== Exercise aim ==
Reproduce exactly the lines below, from the first through the one containing "Line((40, -4.5), (0.449368076, -5.983148697))", and nothing more.

== Information supplied ==
○ ○ ○
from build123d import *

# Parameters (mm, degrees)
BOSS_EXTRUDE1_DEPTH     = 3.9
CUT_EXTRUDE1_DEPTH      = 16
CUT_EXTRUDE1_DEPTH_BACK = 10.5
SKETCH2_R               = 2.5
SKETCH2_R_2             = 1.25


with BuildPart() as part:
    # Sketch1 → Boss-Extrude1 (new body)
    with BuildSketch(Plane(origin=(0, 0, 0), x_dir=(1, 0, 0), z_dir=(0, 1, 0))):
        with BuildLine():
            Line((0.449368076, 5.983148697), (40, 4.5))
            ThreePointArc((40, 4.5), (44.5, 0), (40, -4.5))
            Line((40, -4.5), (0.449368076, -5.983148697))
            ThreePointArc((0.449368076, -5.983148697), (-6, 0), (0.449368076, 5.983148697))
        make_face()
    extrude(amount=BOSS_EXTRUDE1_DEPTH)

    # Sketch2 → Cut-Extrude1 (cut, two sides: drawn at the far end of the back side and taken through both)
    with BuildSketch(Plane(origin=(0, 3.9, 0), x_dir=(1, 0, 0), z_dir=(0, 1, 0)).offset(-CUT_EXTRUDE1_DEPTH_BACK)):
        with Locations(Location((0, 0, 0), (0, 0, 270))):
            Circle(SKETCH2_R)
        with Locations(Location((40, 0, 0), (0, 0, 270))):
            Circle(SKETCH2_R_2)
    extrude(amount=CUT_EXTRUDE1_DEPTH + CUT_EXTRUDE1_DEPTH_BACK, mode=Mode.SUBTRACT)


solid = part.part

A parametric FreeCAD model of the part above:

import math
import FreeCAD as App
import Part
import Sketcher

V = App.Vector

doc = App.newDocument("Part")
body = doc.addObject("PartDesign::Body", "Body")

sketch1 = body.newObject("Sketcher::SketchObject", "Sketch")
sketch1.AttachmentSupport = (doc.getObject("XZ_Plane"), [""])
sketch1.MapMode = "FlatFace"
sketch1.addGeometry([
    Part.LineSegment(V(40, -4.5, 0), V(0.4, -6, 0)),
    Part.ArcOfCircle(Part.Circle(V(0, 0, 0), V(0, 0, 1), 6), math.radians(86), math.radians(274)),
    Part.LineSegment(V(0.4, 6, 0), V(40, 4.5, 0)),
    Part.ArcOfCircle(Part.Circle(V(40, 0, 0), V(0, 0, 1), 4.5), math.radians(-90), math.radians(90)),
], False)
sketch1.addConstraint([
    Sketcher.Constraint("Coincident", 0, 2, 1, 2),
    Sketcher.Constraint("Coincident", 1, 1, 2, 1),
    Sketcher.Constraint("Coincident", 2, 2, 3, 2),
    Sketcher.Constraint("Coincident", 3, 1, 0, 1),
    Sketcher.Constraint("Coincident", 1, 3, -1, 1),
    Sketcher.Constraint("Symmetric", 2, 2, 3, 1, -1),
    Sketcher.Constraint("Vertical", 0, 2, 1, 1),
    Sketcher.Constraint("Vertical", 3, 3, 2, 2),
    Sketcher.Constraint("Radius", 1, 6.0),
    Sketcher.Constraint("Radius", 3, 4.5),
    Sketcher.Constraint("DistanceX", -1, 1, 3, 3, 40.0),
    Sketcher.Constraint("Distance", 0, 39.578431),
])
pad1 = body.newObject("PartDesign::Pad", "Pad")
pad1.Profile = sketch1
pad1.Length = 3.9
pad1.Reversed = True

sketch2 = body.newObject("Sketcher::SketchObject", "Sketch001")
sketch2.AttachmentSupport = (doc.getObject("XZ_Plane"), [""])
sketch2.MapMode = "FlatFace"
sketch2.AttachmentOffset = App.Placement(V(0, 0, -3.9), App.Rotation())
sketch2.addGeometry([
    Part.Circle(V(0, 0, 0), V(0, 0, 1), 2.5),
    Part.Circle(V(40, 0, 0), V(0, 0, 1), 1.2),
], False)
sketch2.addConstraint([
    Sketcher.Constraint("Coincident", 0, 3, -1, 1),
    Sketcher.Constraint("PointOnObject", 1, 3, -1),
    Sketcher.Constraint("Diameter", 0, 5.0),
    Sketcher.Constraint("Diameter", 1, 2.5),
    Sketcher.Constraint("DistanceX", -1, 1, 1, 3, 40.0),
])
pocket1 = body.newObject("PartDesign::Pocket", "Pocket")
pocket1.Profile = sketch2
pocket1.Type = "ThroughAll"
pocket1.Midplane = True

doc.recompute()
○ ○ ○
== Exercise output ==
from build123d import *

# Parameters (mm, degrees)
BOSS_EXTRUDE1_DEPTH     = 3.9
CUT_EXTRUDE1_DEPTH      = 16
CUT_EXTRUDE1_DEPTH_BACK = 10.5
SKETCH2_R               = 2.5
SKETCH2_R_2             = 1.25


with BuildPart() as part:
    # Sketch1 → Boss-Extrude1 (new body)
    with BuildSketch(Plane(origin=(0, 0, 0), x_dir=(1, 0, 0), z_dir=(0, 1, 0))):
        with BuildLine():
            Line((0.449368076, 5.983148697), (40, 4.5))
            ThreePointArc((40, 4.5), (44.5, 0), (40, -4.5))
            Line((40, -4.5), (0.449368076, -5.983148697))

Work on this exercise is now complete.